雑読系の人間なので、興味を惹かれたら何でも読む。最近読んで面白かった本にそれが如実に表れている。
まず、田中啓文著『漫才刑事』(実業之日本社文庫)。大阪府警難波署の目立たない若手刑事が、夜になると、「腰元興業」所属の漫才師“くるくるのケン”になり、寄席や劇場に出演しているという設定からして、そのあまりのくだらなさに笑える。そして、いつも必ず、ケンが居合わせるお笑いの現場で「事件」が起きる。難波署の上司であるカタブツ警部や同僚が駆けつけるが、カツラをかぶり眼鏡をかけたケンには誰も気づかない。「どうして気づかないんや、アホちゃうか」とケンが心の中でツッコむのもお約束。

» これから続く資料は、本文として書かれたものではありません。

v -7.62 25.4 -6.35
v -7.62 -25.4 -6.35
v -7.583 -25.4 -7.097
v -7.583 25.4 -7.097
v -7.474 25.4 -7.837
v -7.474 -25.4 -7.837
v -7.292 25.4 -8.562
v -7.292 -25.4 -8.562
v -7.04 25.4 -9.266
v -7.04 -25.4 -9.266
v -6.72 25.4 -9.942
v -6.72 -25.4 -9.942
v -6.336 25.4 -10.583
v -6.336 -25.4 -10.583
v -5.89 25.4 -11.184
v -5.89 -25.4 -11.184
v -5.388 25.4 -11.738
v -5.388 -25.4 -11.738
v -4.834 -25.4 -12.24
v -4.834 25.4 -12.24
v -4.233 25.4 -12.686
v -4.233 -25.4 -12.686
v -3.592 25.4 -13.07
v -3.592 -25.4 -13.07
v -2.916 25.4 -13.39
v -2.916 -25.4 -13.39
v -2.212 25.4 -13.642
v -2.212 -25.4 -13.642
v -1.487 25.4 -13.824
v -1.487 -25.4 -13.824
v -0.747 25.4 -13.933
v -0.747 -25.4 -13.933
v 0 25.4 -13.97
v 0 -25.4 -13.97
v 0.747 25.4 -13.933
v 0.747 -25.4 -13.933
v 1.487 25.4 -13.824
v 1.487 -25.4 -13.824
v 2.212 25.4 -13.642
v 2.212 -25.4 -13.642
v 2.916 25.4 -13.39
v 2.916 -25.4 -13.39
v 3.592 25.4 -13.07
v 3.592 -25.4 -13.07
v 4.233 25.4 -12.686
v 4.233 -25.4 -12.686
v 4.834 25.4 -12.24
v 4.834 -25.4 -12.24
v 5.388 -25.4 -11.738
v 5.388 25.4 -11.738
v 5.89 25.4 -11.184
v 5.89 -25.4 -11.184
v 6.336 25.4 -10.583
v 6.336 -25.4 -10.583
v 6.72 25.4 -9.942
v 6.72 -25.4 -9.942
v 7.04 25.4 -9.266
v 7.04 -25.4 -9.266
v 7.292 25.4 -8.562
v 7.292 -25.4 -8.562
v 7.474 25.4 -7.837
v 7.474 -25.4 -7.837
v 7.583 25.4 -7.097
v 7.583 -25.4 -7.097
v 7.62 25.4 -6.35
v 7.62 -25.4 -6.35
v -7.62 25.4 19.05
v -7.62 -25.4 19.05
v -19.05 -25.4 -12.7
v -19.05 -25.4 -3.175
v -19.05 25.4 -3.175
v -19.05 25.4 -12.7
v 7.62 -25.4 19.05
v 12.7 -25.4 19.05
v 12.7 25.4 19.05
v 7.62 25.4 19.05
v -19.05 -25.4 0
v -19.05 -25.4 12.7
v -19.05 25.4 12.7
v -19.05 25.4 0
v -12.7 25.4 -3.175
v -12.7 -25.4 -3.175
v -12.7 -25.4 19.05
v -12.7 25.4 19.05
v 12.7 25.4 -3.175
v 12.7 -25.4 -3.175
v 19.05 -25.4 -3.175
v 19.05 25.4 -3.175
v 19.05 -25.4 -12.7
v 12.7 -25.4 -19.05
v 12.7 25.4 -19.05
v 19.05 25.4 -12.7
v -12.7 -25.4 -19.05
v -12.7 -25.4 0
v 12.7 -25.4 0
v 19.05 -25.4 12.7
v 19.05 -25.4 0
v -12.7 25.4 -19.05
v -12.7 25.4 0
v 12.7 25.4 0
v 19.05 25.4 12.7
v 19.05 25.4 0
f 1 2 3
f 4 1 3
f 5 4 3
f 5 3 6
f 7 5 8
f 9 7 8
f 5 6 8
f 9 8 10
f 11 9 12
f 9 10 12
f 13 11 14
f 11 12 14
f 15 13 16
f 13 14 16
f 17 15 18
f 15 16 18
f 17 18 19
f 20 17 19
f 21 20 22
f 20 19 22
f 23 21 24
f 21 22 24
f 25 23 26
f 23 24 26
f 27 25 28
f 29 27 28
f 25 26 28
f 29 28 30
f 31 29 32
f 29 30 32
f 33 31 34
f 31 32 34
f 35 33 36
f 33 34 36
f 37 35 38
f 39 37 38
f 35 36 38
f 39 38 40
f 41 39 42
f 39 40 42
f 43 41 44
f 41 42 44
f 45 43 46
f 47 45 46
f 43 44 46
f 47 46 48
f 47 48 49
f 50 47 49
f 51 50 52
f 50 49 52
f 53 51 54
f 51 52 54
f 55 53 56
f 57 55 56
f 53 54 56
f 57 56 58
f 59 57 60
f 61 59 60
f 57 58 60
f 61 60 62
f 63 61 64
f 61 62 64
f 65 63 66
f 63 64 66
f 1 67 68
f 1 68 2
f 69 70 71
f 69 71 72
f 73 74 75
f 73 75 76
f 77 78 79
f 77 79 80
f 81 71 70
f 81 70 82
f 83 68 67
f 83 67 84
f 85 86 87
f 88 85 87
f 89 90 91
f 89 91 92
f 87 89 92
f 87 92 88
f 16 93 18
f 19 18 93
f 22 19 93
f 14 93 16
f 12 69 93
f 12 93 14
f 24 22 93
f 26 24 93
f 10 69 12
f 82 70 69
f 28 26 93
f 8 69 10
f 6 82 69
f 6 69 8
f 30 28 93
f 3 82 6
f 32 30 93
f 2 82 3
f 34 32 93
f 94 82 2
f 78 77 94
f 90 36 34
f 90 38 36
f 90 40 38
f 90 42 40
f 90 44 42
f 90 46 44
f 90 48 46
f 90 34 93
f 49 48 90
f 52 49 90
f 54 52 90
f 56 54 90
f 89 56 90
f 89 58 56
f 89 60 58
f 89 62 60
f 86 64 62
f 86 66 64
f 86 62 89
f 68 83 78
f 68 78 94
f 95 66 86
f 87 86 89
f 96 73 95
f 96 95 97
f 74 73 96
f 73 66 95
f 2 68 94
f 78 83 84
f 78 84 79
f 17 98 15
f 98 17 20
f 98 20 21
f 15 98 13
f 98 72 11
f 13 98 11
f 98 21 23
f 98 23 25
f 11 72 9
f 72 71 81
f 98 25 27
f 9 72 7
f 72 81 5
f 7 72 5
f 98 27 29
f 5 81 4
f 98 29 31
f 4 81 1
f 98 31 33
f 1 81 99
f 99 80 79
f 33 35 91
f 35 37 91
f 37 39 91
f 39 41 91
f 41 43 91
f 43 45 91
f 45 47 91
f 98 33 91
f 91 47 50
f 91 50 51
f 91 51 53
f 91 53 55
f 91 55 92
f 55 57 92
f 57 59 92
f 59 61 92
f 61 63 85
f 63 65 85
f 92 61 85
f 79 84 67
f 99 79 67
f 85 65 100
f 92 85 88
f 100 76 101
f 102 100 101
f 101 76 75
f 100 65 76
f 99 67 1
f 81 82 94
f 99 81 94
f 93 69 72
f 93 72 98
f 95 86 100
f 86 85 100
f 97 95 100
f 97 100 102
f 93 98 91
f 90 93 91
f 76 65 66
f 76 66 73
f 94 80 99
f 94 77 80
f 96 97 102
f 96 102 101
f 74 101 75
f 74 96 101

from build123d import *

# Parameters (mm, degrees)
F3_DEPTH = 25.4
F2_W     = 6.35
F2_H     = 3.175
F1_W     = 6.35
F1_H     = 3.175
F4_DEPTH = 25.4
F6_DEPTH = 25.4


with BuildPart() as f3:
    # F0 (on Front) → F3 (new body, symmetric)
    with BuildSketch(Plane.XZ):
        Polygon((12.7, 19.05), (-12.7, 19.05), (-19.05, 12.7), (-19.05, -12.7), (-12.7, -19.05), (12.7, -19.05), (19.05, -12.7), (19.05, 12.7), align=None)
    extrude(amount=F3_DEPTH, both=True)

    # F2 (on Front) + F1 (on Front) → F4 (cut, symmetric)
    with BuildSketch(Plane.XZ):
        with Locations((15.875, -1.5875)):
            Rectangle(F2_W, F2_H)
    with BuildSketch(Plane.XZ):
        with Locations((-15.875, -1.5875)):
            Rectangle(F1_W, F1_H)
    extrude(amount=F4_DEPTH, both=True, mode=Mode.SUBTRACT)

    # F5 (on Front) → F6 (cut, symmetric)
    with BuildSketch(Plane.XZ):
        with BuildLine():
            Line((7.62, 19.05), (-7.62, 19.05))
            Line((-7.62, 19.05), (-7.62, -6.35))
            ThreePointArc((-7.62, -6.35), (0, -13.97), (7.62, -6.35))
            Line((7.62, -6.35), (7.62, 19.05))
        make_face()
    extrude(amount=F6_DEPTH, both=True, mode=Mode.SUBTRACT)


solid = f3.part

ケンが芸人気質を熟知した上で刑事の推理力を働かせて、事件を解決するのだが(ミステリ部分はけっこう本格)、カタブツ警部はまだ気づかず、「ケン君、さすがだ」などと感心しており、なんだかスーパーマンと金田一耕助のパロディを同時に見ているようで、本当におかしい。疲れたときにはこんな本を読むにかぎる。
スティーブン・ウィット著『誰が音楽をタダにした? 巨大産業をぶっ潰した男たち』(早川書房)は、全く違うタイプの知人二人が絶賛していたので、思わず読んだ。音楽をデータ化するmp3のフォーマットを作った科学者、CD工場からCDを盗んでネット上の共有ファイルにあげること生きがいとするオタクの男、徹底したマーケットリサーチでヒットを連発し、年収15億円をもらう音楽界随一のエグゼクティブという三者の目線から、いかにして音楽がタダになっていったのかを追求する本格ミステリ的超絶ノンフィクション。
いや、驚いた。なにしろ私はいまだにCDをちゃんと買っており、音楽がタダになっていたなんて知らなかったのだ。自分は一体世間からどれくらい遅れているのかと呆然となった。そのようなIT音痴にして、ブリトニー・スピアーズもビョークも「名前は見たことあるけど、歌手?女優?」みたいなアメリカ音楽音痴でもある私には、本書を読むのは霧の中を歩くようにおぼつかないものだったが、それでもすごく面白かった。もしITやアメリカ音楽を常識程度に知っていたら私の十倍くらい楽しめるにちがいない。
それにしても、こういう本を読むと、なんとも言えない気持ちになる。出版業界は音楽業界と同様、沈みゆくタイタニックだ。本書では「CDなんて時代遅れもいいところ。音楽はもうとっくにデータ」と百回ぐらい繰り返し語られているが、それなら紙の本なんて超時代遅れだ。でも、そのアナクロな媒体がこんな素敵なノンフィクションを運んでくるのだ。「本を出版する」というモチベーションがなければ、ここまで執念深い取材はできないのではなかろうか。ならば、そこに本の可能性は残されているとも言えるだろう。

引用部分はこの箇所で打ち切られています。